All week long on Facebook friends have been posting things for which they are thankful in honor of this week's holiday.

Sure, the "things" many have added to their statuses have rang true with me...their families they are honored with which to be a part, their children with which they are blessed, their amazing husbands that have added to the richness of their lives, their jobs that delight them...and, I would never disagree that I am incredibly thankful for each of these things as well.

I thought about posting the same cliche status, but I didn't do it.

It wasn't that I was not thankful for these things...It was just that I was feeling thankful in a different way and for different reasons than I knew how to express in a status update.

You see, this Thanksgiving, I found myself being thankful for things that many might not think I should be. I have come to find satisfaction, joy, peace and even great thanksgiving for "things" that have, for a long time, brought me strife, grief, worry, and sadness.

But, it is not that I am not being cliche myself...

Why?
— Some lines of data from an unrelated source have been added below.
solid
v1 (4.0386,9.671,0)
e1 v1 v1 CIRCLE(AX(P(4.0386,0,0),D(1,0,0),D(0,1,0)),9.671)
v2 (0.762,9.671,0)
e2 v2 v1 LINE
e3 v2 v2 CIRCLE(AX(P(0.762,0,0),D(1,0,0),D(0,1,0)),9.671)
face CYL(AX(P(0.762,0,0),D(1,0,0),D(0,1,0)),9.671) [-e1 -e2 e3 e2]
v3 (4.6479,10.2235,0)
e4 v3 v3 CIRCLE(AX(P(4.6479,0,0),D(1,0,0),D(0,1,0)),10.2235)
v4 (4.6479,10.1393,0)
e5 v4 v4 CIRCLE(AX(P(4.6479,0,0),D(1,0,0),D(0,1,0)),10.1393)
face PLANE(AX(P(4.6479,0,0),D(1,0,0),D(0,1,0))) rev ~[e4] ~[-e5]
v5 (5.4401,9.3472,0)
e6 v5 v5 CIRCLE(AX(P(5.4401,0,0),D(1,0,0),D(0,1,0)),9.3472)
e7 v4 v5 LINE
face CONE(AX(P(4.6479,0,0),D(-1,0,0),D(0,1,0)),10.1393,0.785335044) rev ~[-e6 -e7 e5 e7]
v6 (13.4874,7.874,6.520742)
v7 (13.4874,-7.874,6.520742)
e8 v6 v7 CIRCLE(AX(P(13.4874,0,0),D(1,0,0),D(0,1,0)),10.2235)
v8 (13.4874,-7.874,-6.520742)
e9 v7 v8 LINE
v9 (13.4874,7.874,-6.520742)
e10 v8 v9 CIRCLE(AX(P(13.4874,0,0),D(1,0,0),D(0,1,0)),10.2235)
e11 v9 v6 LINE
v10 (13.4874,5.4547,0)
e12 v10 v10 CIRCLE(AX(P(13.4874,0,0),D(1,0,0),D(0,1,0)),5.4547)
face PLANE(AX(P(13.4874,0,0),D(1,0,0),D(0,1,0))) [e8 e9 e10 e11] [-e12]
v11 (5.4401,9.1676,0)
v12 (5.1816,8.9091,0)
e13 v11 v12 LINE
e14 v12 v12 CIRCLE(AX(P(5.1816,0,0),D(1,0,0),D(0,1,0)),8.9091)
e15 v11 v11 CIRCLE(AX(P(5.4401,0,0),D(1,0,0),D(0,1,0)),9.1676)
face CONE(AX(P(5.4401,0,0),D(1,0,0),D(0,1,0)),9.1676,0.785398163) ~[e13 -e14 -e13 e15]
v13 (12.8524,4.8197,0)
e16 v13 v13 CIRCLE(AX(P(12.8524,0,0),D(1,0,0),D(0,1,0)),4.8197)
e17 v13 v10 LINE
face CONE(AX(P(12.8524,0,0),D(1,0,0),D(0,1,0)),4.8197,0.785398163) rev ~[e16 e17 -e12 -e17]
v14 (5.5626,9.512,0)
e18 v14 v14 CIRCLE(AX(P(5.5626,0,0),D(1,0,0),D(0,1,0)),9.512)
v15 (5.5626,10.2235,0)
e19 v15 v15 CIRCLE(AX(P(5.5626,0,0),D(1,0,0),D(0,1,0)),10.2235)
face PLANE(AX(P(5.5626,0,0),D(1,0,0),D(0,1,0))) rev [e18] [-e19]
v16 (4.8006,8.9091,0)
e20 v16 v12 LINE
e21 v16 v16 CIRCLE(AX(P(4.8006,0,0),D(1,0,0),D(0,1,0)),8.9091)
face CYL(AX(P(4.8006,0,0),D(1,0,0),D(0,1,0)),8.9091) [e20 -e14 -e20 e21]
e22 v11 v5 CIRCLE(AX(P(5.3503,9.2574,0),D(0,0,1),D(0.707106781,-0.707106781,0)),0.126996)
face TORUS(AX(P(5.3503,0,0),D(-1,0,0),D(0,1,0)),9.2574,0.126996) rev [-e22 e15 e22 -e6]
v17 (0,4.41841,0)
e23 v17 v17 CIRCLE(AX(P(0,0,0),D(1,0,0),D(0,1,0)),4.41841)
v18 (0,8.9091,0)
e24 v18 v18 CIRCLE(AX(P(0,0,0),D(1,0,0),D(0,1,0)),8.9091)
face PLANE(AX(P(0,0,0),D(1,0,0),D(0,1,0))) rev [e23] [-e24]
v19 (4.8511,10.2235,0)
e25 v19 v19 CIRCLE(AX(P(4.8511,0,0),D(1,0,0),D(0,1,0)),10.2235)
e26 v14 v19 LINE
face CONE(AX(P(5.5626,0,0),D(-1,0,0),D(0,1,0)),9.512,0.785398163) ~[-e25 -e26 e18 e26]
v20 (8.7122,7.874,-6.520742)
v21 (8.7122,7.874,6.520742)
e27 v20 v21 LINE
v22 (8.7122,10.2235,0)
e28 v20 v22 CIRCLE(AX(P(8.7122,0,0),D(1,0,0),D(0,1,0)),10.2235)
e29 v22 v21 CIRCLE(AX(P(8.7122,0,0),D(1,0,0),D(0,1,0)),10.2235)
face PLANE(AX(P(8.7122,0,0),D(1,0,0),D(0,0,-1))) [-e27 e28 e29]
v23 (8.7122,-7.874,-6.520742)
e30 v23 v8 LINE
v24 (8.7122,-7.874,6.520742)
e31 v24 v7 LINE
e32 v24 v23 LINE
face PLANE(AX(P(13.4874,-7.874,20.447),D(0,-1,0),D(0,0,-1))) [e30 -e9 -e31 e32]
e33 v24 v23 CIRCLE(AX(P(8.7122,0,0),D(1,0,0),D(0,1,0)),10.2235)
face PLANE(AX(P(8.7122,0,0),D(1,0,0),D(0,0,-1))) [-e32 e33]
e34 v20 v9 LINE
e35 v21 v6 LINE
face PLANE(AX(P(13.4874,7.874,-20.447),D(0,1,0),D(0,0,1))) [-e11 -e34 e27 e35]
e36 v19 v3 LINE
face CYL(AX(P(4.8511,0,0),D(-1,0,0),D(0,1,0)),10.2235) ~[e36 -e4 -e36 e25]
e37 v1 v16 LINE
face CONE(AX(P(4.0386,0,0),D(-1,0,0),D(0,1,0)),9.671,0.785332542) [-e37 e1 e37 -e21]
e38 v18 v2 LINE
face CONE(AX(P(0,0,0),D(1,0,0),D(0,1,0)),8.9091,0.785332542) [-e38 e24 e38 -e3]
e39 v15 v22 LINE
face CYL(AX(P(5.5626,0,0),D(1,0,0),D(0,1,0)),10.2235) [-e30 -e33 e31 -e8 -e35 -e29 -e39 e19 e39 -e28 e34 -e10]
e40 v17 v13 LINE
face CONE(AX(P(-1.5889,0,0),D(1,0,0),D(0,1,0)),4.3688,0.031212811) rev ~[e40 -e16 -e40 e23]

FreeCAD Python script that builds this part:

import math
import FreeCAD as App
import Part
import Sketcher
Q = App.Units.Quantity


def add_polygon(sketch, points):
    """Adds a closed chain of lines whose ends are joined by coincident constraints."""
    first, n = sketch.GeometryCount, len(points)
    for a, b in zip(points, points[1:] + points[:1]):
        sketch.addGeometry(Part.LineSegment(App.Vector(*a, 0), App.Vector(*b, 0)), False)
    for i in range(n):
        sketch.addConstraint(Sketcher.Constraint("Coincident", first + i, 2, first + (i + 1) % n, 1))

doc = App.newDocument("Part")
body = doc.addObject("PartDesign::Body", "Body")

sketch1 = body.newObject("Sketcher::SketchObject", "Sketch")
sketch1.AttachmentSupport = (doc.getObject("XY_Plane"), [""])
sketch1.MapMode = "FlatFace"
add_polygon(sketch1, [(0, 0), (13.4874, 0), (13.4874, 10.2235), (5.5626, 10.2235), (5.5626, 8.9091), (4.8006, 8.9091), (4.0386, 9.671), (0.762, 9.671), (0, 8.9091)])
sketch1.addConstraint(Sketcher.Constraint("Horizontal", 0))
sketch1.addConstraint(Sketcher.Constraint("Vertical", 1))
sketch1.addConstraint(Sketcher.Constraint("Horizontal", 2))
sketch1.addConstraint(Sketcher.Constraint("Vertical", 3))
sketch1.addConstraint(Sketcher.Constraint("Horizontal", 4))
sketch1.addConstraint(Sketcher.Constraint("Horizontal", 6))
sketch1.addConstraint(Sketcher.Constraint("Vertical", 8))
sketch1.addConstraint(Sketcher.Constraint("Coincident", 8, 2, -1, 1))
sketch1.addConstraint(Sketcher.Constraint("Perpendicular", 5, 7))
sketch1.addConstraint(Sketcher.Constraint("Horizontal", 4, 2, 7, 2))
sketch1.addConstraint(Sketcher.Constraint("Equal", 5, 7))
sketch1.addConstraint(Sketcher.Constraint("DistanceX", 4, 2, 4, 1, Q("0.03 in")))
sketch1.addConstraint(Sketcher.Constraint("DistanceX", 0, 1, 0, 2, Q("0.531 in")))
sketch1.addConstraint(Sketcher.Constraint("DistanceX", 2, 2, 2, 1, Q("0.312 in")))
sketch1.addConstraint(Sketcher.Constraint("DistanceX", 6, 2, 6, 1, Q("0.129 in")))
sketch1.addConstraint(Sketcher.Constraint("DistanceY", 1, 1, 1, 2, Q("0.4025 in")))
sketch1.addConstraint(Sketcher.Constraint("DistanceY", 3, 2, 3, 1, 1.3144))
revolution = body.newObject("PartDesign::Revolution", "Revolution")
revolution.Profile = sketch1
revolution.ReferenceAxis = (sketch1, ["H_Axis"])
revolution.Angle = 360

sketch2 = body.newObject("Sketcher::SketchObject", "Sketch001")
sketch2.AttachmentSupport = (doc.getObject("XY_Plane"), [""])
sketch2.MapMode = "FlatFace"
add_polygon(sketch2, [(0, 0), (13.4874, 0), (13.4874, 5.4547), (12.8524, 4.8197), (-1.5889, 4.3688), (0, 4.3688)])
sketch2.addConstraint(Sketcher.Constraint("Horizontal", 0))
sketch2.addConstraint(Sketcher.Constraint("Vertical", 1))
sketch2.addConstraint(Sketcher.Constraint("Horizontal", 4))
sketch2.addConstraint(Sketcher.Constraint("Vertical", 5))
sketch2.addConstraint(Sketcher.Constraint("Coincident", 5, 2, -1, 1))
sketch2.addConstraint(Sketcher.Constraint("Angle", 2, Q("-135 deg")))
sketch2.addConstraint(Sketcher.Constraint("DistanceX", 0, 1, 0, 2, Q("0.531 in")))
sketch2.addConstraint(Sketcher.Constraint("DistanceY", 5, 2, 5, 1, Q("0.172 in")))
sketch2.addConstraint(Sketcher.Constraint("DistanceX", -1, 1, 2, 2, Q("0.506 in")))
sketch2.addConstraint(Sketcher.Constraint("DistanceX", 4, 1, 4, 2, 1.589))
sketch2.addConstraint(Sketcher.Constraint("DistanceY", 1, 1, 1, 2, 5.4547))
groove = body.newObject("PartDesign::Groove", "Groove")
groove.Profile = sketch2
groove.ReferenceAxis = (sketch2, ["H_Axis"])
groove.Angle = 360

sketch3 = body.newObject("Sketcher::SketchObject", "Sketch002")
sketch3.AttachmentSupport = (doc.getObject("YZ_Plane"), [""])
sketch3.MapMode = "FlatFace"
sketch3.AttachmentOffset = App.Placement(App.Vector(0, 0, 0.531 * 25.4), App.Rotation())
add_polygon(sketch3, [(20.447, -40.894), (20.447, 40.894), (-20.447, 40.894), (-20.447, -40.894)])
add_polygon(sketch3, [(-7.874, 20.447), (7.874, 20.447), (7.874, -20.447), (-7.874, -20.447)])
sketch3.addConstraint(Sketcher.Constraint("Vertical", 0))
sketch3.addConstraint(Sketcher.Constraint("Horizontal", 1))
sketch3.addConstraint(Sketcher.Constraint("Vertical", 2))
sketch3.addConstraint(Sketcher.Constraint("Horizontal", 3))
sketch3.addConstraint(Sketcher.Constraint("Horizontal", 4))
sketch3.addConstraint(Sketcher.Constraint("Vertical", 5))
sketch3.addConstraint(Sketcher.Constraint("Horizontal", 6))
sketch3.addConstraint(Sketcher.Constraint("Vertical", 7))
sketch3.addConstraint(Sketcher.Constraint("Symmetric", 0, 2, 2, 2, -1, 1))
sketch3.addConstraint(Sketcher.Constraint("Symmetric", 4, 2, 6, 2, -1, 1))
sketch3.addConstraint(Sketcher.Constraint("Equal", 3, 5))
sketch3.addConstraint(Sketcher.Constraint("DistanceX", 1, 2, 1, 1, Q("1.61 in")))
sketch3.addConstraint(Sketcher.Constraint("DistanceX", 4, 1, 4, 2, Q("0.62 in")))
sketch3.addConstraint(Sketcher.Constraint("DistanceY", 0, 1, 0, 2, Q("3.22 in")))
pocket1 = body.newObject("PartDesign::Pocket", "Pocket")
pocket1.Profile = sketch3
pocket1.Length = Q("0.188 in")

sketch4 = body.newObject("Sketcher::SketchObject", "Sketch003")
sketch4.AttachmentSupport = (doc.getObject("XY_Plane"), [""])
sketch4.MapMode = "FlatFace"
sketch4.addGeometry(Part.LineSegment(App.Vector(4.6479, 10.2235, 0), App.Vector(4.6479, 10.1393, 0)), False)
sketch4.addGeometry(Part.LineSegment(App.Vector(4.6479, 10.1393, 0), App.Vector(5.4401, 9.3472, 0)), False)
sketch4.addGeometry(Part.ArcOfCircle(Part.Circle(App.Vector(5.3503, 9.2574, 0), App.Vector(0, 0, 1), 0.126996), math.radians(-45), math.radians(45)), False)
sketch4.addGeometry(Part.LineSegment(App.Vector(5.4401, 9.1676, 0), App.Vector(5.1816, 8.9091, 0)), False)
sketch4.addGeometry(Part.LineSegment(App.Vector(5.1816, 8.9091, 0), App.Vector(4.8006, 8.9091, 0)), False)
sketch4.addGeometry(Part.LineSegment(App.Vector(4.8006, 8.9091, 0), App.Vector(4.8006, 8.655, 0)), False)
sketch4.addGeometry(Part.LineSegment(App.Vector(4.8006, 8.655, 0), App.Vector(5.5626, 8.655, 0)), False)
sketch4.addGeometry(Part.LineSegment(App.Vector(5.5626, 8.655, 0), App.Vector(5.5626, 9.512, 0)), False)
sketch4.addGeometry(Part.LineSegment(App.Vector(5.5626, 9.512, 0), App.Vector(4.8511, 10.2235, 0)), False)
sketch4.addGeometry(Part.LineSegment(App.Vector(4.8511, 10.2235, 0), App.Vector(4.6479, 10.2235, 0)), False)
sketch4.addConstraint(Sketcher.Constraint("Coincident", 0, 2, 1, 1))
sketch4.addConstraint(Sketcher.Constraint("Tangent", 1, 2, 2, 2))
sketch4.addConstraint(Sketcher.Constraint("Tangent", 2, 1, 3, 1))
sketch4.addConstraint(Sketcher.Constraint("Coincident", 3, 2, 4, 1))
sketch4.addConstraint(Sketcher.Constraint("Coincident", 4, 2, 5, 1))
sketch4.addConstraint(Sketcher.Constraint("Coincident", 5, 2, 6, 1))
sketch4.addConstraint(Sketcher.Constraint("Coincident", 6, 2, 7, 1))
sketch4.addConstraint(Sketcher.Constraint("Coincident", 7, 2, 8, 1))
sketch4.addConstraint(Sketcher.Constraint("Coincident", 8, 2, 9, 1))
sketch4.addConstraint(Sketcher.Constraint("Coincident", 9, 2, 0, 1))
sketch4.addConstraint(Sketcher.Constraint("Vertical", 0))
sketch4.addConstraint(Sketcher.Constraint("Horizontal", 4))
sketch4.addConstraint(Sketcher.Constraint("Vertical", 5))
sketch4.addConstraint(Sketcher.Constraint("Horizontal", 6))
sketch4.addConstraint(Sketcher.Constraint("Vertical", 7))
sketch4.addConstraint(Sketcher.Constraint("Horizontal", 9))
sketch4.addConstraint(Sketcher.Constraint("Perpendicular", 1, 3))
sketch4.addConstraint(Sketcher.Constraint("Perpendicular", 3, 8))
sketch4.addConstraint(Sketcher.Constraint("Vertical", 1, 2, 2, 1))
sketch4.addConstraint(Sketcher.Constraint("Radius", 2, Q("0.005 in")))
sketch4.addConstraint(Sketcher.Constraint("DistanceX", 6, 1, 6, 2, Q("0.03 in")))
sketch4.addConstraint(Sketcher.Constraint("DistanceY", 5, 2, 5, 1, Q("0.01 in")))
sketch4.addConstraint(Sketcher.Constraint("DistanceX", 4, 2, 4, 1, Q("0.015 in")))
sketch4.addConstraint(Sketcher.Constraint("DistanceX", 9, 2, 9, 1, Q("0.008 in")))
sketch4.addConstraint(Sketcher.Constraint("DistanceX", -1, 1, 0, 2, Q("0.183 in")))
sketch4.addConstraint(Sketcher.Constraint("DistanceY", -1, 1, 1, 2, Q("0.368 in")))
sketch4.addConstraint(Sketcher.Constraint("DistanceX", -1, 1, 3, 2, Q("0.204 in")))
sketch4.addConstraint(Sketcher.Constraint("Distance", 1, Q("0.0441 in")))
sketch4.addConstraint(Sketcher.Constraint("DistanceY", 0, 2, 0, 1, 0.0842))
revolution2 = body.newObject("PartDesign::Revolution", "Revolution001")
revolution2.Profile = sketch4
revolution2.ReferenceAxis = (sketch4, ["H_Axis"])
revolution2.Angle = 360

doc.recompute()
Because I have found that I am most thankful this thanksgiving for unanswered prayers, for lessons learned through adversity, and for little things that often go unnoticed.

Not quite the uplifting status update I was confident posting on Facebook. (Well, I never post any status updates on Facebook, but...)

Again, it is cliche, but I have been made fully aware in recent weeks just how great He is, how He does have a perfect plan for each of us, and how He truly knows best. (Pretty cliche, huh?) I know have said these things before, and while it is not that I have stopped believing them in recent months, but, sometimes one needs reminding...I guess that is why He plants those seemingly unpleasant things in our lives...

I am ever so thankful that He has reminded me to give thanks, and I am surely doing such this Thanksgiving.